Task statement =>
Would you output each record exactly as it stands?

[Extracted data entries]
* * * * *

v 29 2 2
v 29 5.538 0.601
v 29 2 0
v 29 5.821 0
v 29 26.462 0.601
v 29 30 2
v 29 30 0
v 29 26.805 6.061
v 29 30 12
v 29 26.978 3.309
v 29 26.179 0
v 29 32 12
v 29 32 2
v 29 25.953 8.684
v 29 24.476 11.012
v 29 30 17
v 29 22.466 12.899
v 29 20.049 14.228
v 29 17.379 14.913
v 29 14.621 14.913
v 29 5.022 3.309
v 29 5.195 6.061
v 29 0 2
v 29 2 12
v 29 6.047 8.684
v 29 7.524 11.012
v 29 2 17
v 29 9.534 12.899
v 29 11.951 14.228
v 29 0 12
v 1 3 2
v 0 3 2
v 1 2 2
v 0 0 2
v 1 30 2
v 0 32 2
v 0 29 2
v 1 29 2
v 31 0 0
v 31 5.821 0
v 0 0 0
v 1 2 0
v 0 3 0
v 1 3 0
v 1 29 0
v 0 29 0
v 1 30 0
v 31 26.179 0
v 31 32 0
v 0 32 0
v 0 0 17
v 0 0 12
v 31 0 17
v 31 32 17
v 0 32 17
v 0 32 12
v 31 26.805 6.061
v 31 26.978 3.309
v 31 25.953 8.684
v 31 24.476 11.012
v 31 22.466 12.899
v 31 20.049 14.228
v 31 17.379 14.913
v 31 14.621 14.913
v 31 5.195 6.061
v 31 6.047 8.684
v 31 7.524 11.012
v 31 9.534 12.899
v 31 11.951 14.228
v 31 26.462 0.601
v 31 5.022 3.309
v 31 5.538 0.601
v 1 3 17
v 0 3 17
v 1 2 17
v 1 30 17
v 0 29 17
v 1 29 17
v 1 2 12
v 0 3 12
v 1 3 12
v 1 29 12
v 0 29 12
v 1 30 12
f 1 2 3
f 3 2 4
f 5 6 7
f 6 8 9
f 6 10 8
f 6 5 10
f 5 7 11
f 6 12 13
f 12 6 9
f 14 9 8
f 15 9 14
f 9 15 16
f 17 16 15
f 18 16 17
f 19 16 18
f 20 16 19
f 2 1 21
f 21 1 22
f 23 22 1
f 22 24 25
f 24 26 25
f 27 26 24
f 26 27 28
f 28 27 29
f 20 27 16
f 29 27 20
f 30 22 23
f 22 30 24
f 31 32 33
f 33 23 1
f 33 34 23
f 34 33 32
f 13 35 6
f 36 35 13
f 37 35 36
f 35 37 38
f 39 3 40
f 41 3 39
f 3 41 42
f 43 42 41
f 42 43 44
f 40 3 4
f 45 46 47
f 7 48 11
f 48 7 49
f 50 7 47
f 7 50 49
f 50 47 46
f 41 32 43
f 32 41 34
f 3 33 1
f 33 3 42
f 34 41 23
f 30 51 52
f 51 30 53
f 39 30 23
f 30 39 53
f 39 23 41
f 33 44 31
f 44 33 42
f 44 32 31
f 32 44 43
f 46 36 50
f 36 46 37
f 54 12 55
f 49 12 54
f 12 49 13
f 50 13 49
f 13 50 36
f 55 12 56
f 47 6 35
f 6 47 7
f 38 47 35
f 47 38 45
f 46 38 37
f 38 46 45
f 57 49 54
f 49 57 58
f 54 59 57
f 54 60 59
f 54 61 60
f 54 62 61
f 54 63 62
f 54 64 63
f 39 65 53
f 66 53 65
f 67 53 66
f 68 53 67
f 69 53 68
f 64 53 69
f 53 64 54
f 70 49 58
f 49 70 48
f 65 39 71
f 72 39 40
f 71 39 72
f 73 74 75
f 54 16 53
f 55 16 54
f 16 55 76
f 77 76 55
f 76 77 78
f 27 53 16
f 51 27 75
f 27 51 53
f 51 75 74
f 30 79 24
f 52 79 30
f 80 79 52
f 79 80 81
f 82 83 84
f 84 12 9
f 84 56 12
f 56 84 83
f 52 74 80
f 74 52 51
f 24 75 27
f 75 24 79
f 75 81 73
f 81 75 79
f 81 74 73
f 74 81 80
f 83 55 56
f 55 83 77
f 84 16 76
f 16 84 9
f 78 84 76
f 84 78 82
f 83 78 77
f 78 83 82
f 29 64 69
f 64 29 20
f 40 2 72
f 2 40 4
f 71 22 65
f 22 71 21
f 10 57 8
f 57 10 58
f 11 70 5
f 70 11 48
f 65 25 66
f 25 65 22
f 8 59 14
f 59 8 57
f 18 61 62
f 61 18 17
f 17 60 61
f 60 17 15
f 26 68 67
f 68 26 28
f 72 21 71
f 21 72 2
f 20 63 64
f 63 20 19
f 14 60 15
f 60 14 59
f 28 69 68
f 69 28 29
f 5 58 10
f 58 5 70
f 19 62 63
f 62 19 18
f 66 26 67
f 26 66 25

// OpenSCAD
/*
 * Created by:
 * Thomas Buck <xythobuz@xythobuz.de> in March 2016
 *
 * Licensed under the Creative Commons - Attribution license.
 */

// -----------------------------------------------------------

//translate([-31.784, 42.247, -18.25])
//    import( "/Users/thomas/Downloads/turnigy_3d_fabrikator_y-axis_fan_cheese_fan_bracket.stl");

// -----------------------------------------------------------

top_height = 5;
bottom_height = 2;
distance = 10;
motor_width = 28;
arm_width = 2;
holder_nub = 1;
hole = 22;

$fn = 25;

// -----------------------------------------------------------

// Test rendering of motor
/*
#translate([holder_nub, arm_width, 0])
    cube([motor_width, motor_width, motor_width]);
*/

// -----------------------------------------------------------

module arm(dir = "left", h) {
    cube([motor_width + holder_nub, arm_width, h]);
    
    translate([0, (dir == "right") ? -holder_nub : 0, 0])
        cube([holder_nub, arm_width + holder_nub, h]);
}

module clamp(h) {
    arm("left", h);
    
    translate([0, motor_width + arm_width, 0])
        arm("right", h);
    
    translate([motor_width + holder_nub, 0, 0])
        cube([arm_width, motor_width + (2 * arm_width), h]);
}

module part() {
    clamp(bottom_height);
    
    translate([0, 0, distance + bottom_height])
        clamp(top_height);
    
    translate([motor_width + holder_nub, 0, 0])
        cube([arm_width, motor_width + (2 * arm_width), top_height + distance + bottom_height]);
}

// -----------------------------------------------------------

difference() {
    part();
    
    translate([motor_width + holder_nub - (arm_width / 2), (motor_width / 2) + arm_width, 4])
        rotate([0, 90, 0])
        cylinder(d = hole, h = 2 * arm_width);
}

* * * * *

Exercise response =>
v 29 2 2
v 29 5.538 0.601
v 29 2 0
v 29 5.821 0
v 29 26.462 0.601
v 29 30 2
v 29 30 0
v 29 26.805 6.061
v 29 30 12
v 29 26.978 3.309
v 29 26.179 0
v 29 32 12
v 29 32 2
v 29 25.953 8.684
v 29 24.476 11.012
v 29 30 17
v 29 22.466 12.899
v 29 20.049 14.228
v 29 17.379 14.913
v 29 14.621 14.913
v 29 5.022 3.309
v 29 5.195 6.061
v 29 0 2
v 29 2 12
v 29 6.047 8.684
v 29 7.524 11.012
v 29 2 17
v 29 9.534 12.899
v 29 11.951 14.228
v 29 0 12
v 1 3 2
v 0 3 2
v 1 2 2
v 0 0 2
v 1 30 2
v 0 32 2
v 0 29 2
v 1 29 2
v 31 0 0
v 31 5.821 0
v 0 0 0
v 1 2 0
v 0 3 0
v 1 3 0
v 1 29 0
v 0 29 0
v 1 30 0
v 31 26.179 0
v 31 32 0
v 0 32 0
v 0 0 17
v 0 0 12
v 31 0 17
v 31 32 17
v 0 32 17
v 0 32 12
v 31 26.805 6.061
v 31 26.978 3.309
v 31 25.953 8.684
v 31 24.476 11.012
v 31 22.466 12.899
v 31 20.049 14.228
v 31 17.379 14.913
v 31 14.621 14.913
v 31 5.195 6.061
v 31 6.047 8.684
v 31 7.524 11.012
v 31 9.534 12.899
v 31 11.951 14.228
v 31 26.462 0.601
v 31 5.022 3.309
v 31 5.538 0.601
v 1 3 17
v 0 3 17
v 1 2 17
v 1 30 17
v 0 29 17
v 1 29 17
v 1 2 12
v 0 3 12
v 1 3 12
v 1 29 12
v 0 29 12
v 1 30 12
f 1 2 3
f 3 2 4
f 5 6 7
f 6 8 9
f 6 10 8
f 6 5 10
f 5 7 11
f 6 12 13
f 12 6 9
f 14 9 8
f 15 9 14
f 9 15 16
f 17 16 15
f 18 16 17
f 19 16 18
f 20 16 19
f 2 1 21
f 21 1 22
f 23 22 1
f 22 24 25
f 24 26 25
f 27 26 24
f 26 27 28
f 28 27 29
f 20 27 16
f 29 27 20
f 30 22 23
f 22 30 24
f 31 32 33
f 33 23 1
f 33 34 23
f 34 33 32
f 13 35 6
f 36 35 13
f 37 35 36
f 35 37 38
f 39 3 40
f 41 3 39
f 3 41 42
f 43 42 41
f 42 43 44
f 40 3 4
f 45 46 47
f 7 48 11
f 48 7 49
f 50 7 47
f 7 50 49
f 50 47 46
f 41 32 43
f 32 41 34
f 3 33 1
f 33 3 42
f 34 41 23
f 30 51 52
f 51 30 53
f 39 30 23
f 30 39 53
f 39 23 41
f 33 44 31
f 44 33 42
f 44 32 31
f 32 44 43
f 46 36 50
f 36 46 37
f 54 12 55
f 49 12 54
f 12 49 13
f 50 13 49
f 13 50 36
f 55 12 56
f 47 6 35
f 6 47 7
f 38 47 35
f 47 38 45
f 46 38 37
f 38 46 45
f 57 49 54
f 49 57 58
f 54 59 57
f 54 60 59
f 54 61 60
f 54 62 61
f 54 63 62
f 54 64 63
f 39 65 53
f 66 53 65
f 67 53 66
f 68 53 67
f 69 53 68
f 64 53 69
f 53 64 54
f 70 49 58
f 49 70 48
f 65 39 71
f 72 39 40
f 71 39 72
f 73 74 75
f 54 16 53
f 55 16 54
f 16 55 76
f 77 76 55
f 76 77 78
f 27 53 16
f 51 27 75
f 27 51 53
f 51 75 74
f 30 79 24
f 52 79 30
f 80 79 52
f 79 80 81
f 82 83 84
f 84 12 9
f 84 56 12
f 56 84 83
f 52 74 80
f 74 52 51
f 24 75 27
f 75 24 79
f 75 81 73
f 81 75 79
f 81 74 73
f 74 81 80
f 83 55 56
f 55 83 77
f 84 16 76
f 16 84 9
f 78 84 76
f 84 78 82
f 83 78 77
f 78 83 82
f 29 64 69
f 64 29 20
f 40 2 72
f 2 40 4
f 71 22 65
f 22 71 21
f 10 57 8
f 57 10 58
f 11 70 5
f 70 11 48
f 65 25 66
f 25 65 22
f 8 59 14
f 59 8 57
f 18 61 62
f 61 18 17
f 17 60 61
f 60 17 15
f 26 68 67
f 68 26 28
f 72 21 71
f 21 72 2
f 20 63 64
f 63 20 19
f 14 60 15
f 60 14 59
f 28 69 68
f 69 28 29
f 5 58 10
f 58 5 70
f 19 62 63
f 62 19 18
f 66 26 67
f 26 66 25

// OpenSCAD
/*
 * Created by:
 * Thomas Buck <xythobuz@xythobuz.de> in March 2016
 *
 * Licensed under the Creative Commons - Attribution license.
 */

// -----------------------------------------------------------

//translate([-31.784, 42.247, -18.25])
//    import( "/Users/thomas/Downloads/turnigy_3d_fabrikator_y-axis_fan_cheese_fan_bracket.stl");

// -----------------------------------------------------------

top_height = 5;
bottom_height = 2;
distance = 10;
motor_width = 28;
arm_width = 2;
holder_nub = 1;
hole = 22;

$fn = 25;

// -----------------------------------------------------------

// Test rendering of motor
/*
#translate([holder_nub, arm_width, 0])
    cube([motor_width, motor_width, motor_width]);
*/

// -----------------------------------------------------------

module arm(dir = "left", h) {
    cube([motor_width + holder_nub, arm_width, h]);
    
    translate([0, (dir == "right") ? -holder_nub : 0, 0])
        cube([holder_nub, arm_width + holder_nub, h]);
}

module clamp(h) {
    arm("left", h);
    
    translate([0, motor_width + arm_width, 0])
        arm("right", h);
    
    translate([motor_width + holder_nub, 0, 0])
        cube([arm_width, motor_width + (2 * arm_width), h]);
}

module part() {
    clamp(bottom_height);
    
    translate([0, 0, distance + bottom_height])
        clamp(top_height);
    
    translate([motor_width + holder_nub, 0, 0])
        cube([arm_width, motor_width + (2 * arm_width), top_height + distance + bottom_height]);
}

// -----------------------------------------------------------

difference() {
    part();
    
    translate([motor_width + holder_nub - (arm_width / 2), (motor_width / 2) + arm_width, 4])
        rotate([0, 90, 0])
        cylinder(d = hole, h = 2 * arm_width);
}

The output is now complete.